[Opening Data section]

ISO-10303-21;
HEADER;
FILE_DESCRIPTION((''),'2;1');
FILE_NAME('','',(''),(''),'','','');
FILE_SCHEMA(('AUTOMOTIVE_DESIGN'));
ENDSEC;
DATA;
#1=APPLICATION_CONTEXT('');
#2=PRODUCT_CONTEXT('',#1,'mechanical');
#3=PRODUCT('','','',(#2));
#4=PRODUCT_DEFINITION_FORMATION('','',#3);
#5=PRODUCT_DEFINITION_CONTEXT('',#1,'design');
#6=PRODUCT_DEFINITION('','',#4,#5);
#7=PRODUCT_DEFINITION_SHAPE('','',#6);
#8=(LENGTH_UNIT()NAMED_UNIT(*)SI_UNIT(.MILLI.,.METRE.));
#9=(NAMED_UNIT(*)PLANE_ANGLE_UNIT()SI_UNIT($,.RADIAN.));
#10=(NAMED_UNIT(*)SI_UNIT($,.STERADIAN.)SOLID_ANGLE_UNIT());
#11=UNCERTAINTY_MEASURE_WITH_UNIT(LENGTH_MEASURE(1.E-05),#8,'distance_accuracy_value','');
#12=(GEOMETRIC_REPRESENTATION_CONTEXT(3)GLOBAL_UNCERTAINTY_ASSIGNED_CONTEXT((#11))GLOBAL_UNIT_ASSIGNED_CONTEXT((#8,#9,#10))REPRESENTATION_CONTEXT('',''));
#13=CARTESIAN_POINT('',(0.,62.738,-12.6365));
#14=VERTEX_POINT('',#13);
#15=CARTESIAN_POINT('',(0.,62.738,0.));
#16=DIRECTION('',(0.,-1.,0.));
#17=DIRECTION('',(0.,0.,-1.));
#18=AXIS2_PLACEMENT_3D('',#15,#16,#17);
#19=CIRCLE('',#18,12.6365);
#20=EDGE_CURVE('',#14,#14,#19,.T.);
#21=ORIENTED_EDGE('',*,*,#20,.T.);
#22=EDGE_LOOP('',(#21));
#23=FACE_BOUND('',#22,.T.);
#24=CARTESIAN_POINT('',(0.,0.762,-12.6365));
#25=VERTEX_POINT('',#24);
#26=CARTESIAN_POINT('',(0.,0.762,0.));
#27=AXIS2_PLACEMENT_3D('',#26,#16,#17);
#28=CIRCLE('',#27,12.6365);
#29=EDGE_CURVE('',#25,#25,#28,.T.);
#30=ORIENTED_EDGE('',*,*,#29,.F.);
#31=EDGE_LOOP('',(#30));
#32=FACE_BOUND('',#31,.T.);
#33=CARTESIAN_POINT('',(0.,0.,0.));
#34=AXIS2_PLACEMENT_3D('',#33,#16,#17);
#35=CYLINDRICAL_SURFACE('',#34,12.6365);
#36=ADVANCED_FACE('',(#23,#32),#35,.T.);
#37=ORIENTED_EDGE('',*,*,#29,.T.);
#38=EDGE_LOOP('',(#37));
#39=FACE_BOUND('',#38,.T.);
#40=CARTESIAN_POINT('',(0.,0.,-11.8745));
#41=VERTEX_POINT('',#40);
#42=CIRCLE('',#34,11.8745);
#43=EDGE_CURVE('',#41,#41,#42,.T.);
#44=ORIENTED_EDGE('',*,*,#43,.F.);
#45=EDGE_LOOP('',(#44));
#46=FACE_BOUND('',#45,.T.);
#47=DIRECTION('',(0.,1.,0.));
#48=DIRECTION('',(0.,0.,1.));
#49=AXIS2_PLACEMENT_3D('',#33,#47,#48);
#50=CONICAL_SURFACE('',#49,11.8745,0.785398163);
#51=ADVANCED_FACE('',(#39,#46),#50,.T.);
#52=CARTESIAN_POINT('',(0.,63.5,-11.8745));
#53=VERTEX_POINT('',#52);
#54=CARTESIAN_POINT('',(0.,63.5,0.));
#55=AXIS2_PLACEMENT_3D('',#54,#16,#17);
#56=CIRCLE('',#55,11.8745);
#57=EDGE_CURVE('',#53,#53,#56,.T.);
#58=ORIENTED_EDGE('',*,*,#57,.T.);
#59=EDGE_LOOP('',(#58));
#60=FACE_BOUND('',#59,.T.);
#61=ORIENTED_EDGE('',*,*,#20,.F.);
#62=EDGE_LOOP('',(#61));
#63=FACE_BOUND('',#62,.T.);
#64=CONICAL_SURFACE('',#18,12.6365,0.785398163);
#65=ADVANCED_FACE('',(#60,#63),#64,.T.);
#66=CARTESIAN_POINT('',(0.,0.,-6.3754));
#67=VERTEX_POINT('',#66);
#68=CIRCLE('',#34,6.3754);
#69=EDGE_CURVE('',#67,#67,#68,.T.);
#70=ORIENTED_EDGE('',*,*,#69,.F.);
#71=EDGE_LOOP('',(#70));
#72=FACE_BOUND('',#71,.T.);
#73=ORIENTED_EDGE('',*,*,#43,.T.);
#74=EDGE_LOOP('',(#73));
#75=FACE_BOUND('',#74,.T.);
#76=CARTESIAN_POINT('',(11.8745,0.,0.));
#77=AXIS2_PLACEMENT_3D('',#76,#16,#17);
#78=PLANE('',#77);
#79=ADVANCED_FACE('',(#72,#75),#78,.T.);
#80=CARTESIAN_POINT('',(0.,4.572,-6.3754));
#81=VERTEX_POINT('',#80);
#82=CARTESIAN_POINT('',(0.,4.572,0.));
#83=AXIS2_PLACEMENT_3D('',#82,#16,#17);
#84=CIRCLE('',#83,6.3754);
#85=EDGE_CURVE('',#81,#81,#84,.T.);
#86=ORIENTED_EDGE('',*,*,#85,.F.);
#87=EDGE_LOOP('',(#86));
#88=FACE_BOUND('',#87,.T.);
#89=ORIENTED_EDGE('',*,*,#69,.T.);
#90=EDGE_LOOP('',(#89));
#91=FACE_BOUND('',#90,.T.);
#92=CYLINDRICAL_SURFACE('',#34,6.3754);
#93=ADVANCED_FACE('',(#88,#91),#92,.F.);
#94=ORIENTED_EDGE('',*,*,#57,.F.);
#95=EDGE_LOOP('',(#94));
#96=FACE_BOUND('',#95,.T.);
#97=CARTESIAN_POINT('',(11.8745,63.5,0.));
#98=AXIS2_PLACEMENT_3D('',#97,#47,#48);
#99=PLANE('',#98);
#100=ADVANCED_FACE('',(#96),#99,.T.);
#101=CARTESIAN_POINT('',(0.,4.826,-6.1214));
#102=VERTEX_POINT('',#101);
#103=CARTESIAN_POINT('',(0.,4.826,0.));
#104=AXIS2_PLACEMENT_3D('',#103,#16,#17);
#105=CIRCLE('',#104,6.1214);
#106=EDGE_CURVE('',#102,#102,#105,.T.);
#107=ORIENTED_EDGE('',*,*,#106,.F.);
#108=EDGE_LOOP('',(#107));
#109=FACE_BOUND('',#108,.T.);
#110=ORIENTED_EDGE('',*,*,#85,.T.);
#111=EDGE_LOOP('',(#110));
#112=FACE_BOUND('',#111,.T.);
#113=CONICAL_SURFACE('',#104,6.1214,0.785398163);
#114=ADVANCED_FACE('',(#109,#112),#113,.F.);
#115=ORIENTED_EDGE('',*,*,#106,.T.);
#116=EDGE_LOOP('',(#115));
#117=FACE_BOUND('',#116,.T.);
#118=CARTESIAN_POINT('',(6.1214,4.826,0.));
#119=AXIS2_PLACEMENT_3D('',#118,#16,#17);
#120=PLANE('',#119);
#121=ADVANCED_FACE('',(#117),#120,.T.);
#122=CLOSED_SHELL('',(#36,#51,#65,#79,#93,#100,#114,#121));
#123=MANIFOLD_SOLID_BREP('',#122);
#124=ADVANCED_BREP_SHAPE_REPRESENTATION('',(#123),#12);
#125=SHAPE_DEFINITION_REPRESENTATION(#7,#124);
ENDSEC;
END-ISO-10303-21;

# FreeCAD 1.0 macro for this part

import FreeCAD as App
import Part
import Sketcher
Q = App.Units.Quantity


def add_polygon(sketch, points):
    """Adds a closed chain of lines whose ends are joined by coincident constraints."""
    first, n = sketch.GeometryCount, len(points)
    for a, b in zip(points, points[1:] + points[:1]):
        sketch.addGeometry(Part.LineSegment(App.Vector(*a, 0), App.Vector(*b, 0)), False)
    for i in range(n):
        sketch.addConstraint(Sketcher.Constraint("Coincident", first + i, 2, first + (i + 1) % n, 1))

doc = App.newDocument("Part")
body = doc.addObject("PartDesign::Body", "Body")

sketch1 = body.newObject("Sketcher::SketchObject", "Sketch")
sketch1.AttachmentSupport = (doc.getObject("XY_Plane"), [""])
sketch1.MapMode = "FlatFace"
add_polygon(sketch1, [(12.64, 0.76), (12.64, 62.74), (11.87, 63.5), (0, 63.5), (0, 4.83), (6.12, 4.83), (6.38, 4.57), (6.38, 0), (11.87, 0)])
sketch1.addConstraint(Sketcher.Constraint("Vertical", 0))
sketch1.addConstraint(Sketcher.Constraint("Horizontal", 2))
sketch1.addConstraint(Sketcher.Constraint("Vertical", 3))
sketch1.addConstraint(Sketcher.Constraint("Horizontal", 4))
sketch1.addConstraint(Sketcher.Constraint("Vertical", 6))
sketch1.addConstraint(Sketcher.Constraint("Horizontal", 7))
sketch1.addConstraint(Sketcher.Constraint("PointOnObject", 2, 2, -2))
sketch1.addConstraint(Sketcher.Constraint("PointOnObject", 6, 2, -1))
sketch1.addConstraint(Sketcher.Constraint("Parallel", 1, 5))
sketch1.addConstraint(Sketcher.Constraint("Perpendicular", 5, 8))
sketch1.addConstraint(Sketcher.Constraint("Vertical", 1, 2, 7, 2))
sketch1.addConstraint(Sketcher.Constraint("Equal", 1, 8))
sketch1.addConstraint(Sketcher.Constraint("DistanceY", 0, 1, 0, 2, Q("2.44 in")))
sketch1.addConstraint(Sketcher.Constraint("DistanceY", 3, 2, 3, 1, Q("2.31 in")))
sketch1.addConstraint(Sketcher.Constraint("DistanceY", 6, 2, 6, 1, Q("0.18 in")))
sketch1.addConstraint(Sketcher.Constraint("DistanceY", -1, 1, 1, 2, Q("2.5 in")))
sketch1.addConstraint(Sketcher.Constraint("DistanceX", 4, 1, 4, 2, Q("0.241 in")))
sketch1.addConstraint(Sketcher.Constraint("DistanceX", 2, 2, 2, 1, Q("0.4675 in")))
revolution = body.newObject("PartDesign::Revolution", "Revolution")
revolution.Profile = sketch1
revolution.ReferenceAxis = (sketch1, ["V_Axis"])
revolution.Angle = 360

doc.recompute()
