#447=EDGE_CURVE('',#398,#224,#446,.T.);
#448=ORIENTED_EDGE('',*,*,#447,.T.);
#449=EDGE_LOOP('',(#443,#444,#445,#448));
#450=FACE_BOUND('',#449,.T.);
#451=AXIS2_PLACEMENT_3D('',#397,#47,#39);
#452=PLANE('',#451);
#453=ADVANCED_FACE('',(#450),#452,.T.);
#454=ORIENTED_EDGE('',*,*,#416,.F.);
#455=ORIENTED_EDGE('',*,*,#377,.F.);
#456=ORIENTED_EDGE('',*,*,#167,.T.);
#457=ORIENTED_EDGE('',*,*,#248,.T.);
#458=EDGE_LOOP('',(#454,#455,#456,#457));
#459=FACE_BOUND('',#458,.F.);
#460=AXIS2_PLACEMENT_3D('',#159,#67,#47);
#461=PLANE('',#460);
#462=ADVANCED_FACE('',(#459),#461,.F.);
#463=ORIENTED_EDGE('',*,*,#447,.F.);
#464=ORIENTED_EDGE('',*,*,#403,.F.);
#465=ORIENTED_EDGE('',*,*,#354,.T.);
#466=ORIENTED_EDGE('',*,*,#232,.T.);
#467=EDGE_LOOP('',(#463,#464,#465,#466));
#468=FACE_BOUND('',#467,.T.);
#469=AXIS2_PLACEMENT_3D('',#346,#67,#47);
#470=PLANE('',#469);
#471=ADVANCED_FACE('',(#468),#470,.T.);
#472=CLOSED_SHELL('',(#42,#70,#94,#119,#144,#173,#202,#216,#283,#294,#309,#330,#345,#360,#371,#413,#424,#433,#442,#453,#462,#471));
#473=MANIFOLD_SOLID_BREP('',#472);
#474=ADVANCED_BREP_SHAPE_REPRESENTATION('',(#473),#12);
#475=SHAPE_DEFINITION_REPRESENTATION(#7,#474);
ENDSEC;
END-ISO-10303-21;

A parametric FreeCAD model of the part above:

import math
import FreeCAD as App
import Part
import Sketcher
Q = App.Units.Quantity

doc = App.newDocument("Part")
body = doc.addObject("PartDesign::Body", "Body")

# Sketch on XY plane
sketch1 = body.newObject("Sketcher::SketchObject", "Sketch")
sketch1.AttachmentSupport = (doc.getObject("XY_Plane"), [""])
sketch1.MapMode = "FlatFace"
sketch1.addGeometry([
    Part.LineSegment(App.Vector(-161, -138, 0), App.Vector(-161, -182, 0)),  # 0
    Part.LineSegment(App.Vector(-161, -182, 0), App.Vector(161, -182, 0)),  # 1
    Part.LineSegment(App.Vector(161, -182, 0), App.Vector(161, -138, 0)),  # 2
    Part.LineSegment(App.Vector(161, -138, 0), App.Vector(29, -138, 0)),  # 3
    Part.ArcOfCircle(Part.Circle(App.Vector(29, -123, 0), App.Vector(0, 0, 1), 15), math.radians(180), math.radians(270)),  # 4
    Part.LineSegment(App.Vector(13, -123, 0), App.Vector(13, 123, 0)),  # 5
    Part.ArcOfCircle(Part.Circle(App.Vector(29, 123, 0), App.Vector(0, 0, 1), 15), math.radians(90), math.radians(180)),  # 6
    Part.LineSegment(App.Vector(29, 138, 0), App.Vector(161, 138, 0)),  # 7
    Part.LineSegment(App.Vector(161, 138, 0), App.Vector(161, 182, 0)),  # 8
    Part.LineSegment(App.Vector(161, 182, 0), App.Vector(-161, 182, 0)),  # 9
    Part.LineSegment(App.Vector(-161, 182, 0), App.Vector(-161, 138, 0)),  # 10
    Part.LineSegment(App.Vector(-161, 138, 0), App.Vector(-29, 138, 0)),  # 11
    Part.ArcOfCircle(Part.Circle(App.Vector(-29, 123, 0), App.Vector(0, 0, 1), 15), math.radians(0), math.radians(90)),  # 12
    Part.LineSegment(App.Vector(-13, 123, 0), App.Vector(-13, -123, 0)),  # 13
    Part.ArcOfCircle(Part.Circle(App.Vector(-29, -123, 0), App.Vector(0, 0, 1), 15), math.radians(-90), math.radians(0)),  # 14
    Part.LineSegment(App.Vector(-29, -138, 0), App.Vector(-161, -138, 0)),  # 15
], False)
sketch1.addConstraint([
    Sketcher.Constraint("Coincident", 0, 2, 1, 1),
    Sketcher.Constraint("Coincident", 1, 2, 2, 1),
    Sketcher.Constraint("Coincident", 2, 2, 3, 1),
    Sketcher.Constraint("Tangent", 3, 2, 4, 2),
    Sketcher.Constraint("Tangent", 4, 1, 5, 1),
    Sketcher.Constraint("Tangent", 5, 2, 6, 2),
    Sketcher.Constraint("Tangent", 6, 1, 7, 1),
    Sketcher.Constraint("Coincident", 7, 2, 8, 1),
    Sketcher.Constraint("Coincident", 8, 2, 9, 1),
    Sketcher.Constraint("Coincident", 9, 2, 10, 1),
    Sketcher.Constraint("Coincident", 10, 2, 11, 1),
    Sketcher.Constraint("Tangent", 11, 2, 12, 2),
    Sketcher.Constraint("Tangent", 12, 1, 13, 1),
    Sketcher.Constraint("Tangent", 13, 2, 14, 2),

[Closing Data section]

▶ _Work instructions_: Using the material above, transcribe exactly the lines from the line with "#14=VERTEX_POINT('',#13);" to the line with "#50=CONICAL_SURFACE('',#49,11.8745,0.785398163);"; both count, and nothing else goes in.

▶ _Response to the exercise_:
#14=VERTEX_POINT('',#13);
#15=CARTESIAN_POINT('',(0.,62.738,0.));
#16=DIRECTION('',(0.,-1.,0.));
#17=DIRECTION('',(0.,0.,-1.));
#18=AXIS2_PLACEMENT_3D('',#15,#16,#17);
#19=CIRCLE('',#18,12.6365);
#20=EDGE_CURVE('',#14,#14,#19,.T.);
#21=ORIENTED_EDGE('',*,*,#20,.T.);
#22=EDGE_LOOP('',(#21));
#23=FACE_BOUND('',#22,.T.);
#24=CARTESIAN_POINT('',(0.,0.762,-12.6365));
#25=VERTEX_POINT('',#24);
#26=CARTESIAN_POINT('',(0.,0.762,0.));
#27=AXIS2_PLACEMENT_3D('',#26,#16,#17);
#28=CIRCLE('',#27,12.6365);
#29=EDGE_CURVE('',#25,#25,#28,.T.);
#30=ORIENTED_EDGE('',*,*,#29,.F.);
#31=EDGE_LOOP('',(#30));
#32=FACE_BOUND('',#31,.T.);
#33=CARTESIAN_POINT('',(0.,0.,0.));
#34=AXIS2_PLACEMENT_3D('',#33,#16,#17);
#35=CYLINDRICAL_SURFACE('',#34,12.6365);
#36=ADVANCED_FACE('',(#23,#32),#35,.T.);
#37=ORIENTED_EDGE('',*,*,#29,.T.);
#38=EDGE_LOOP('',(#37));
#39=FACE_BOUND('',#38,.T.);
#40=CARTESIAN_POINT('',(0.,0.,-11.8745));
#41=VERTEX_POINT('',#40);
#42=CIRCLE('',#34,11.8745);
#43=EDGE_CURVE('',#41,#41,#42,.T.);
#44=ORIENTED_EDGE('',*,*,#43,.F.);
#45=EDGE_LOOP('',(#44));
#46=FACE_BOUND('',#45,.T.);
#47=DIRECTION('',(0.,1.,0.));
#48=DIRECTION('',(0.,0.,1.));
#49=AXIS2_PLACEMENT_3D('',#33,#47,#48);
#50=CONICAL_SURFACE('',#49,11.8745,0.785398163);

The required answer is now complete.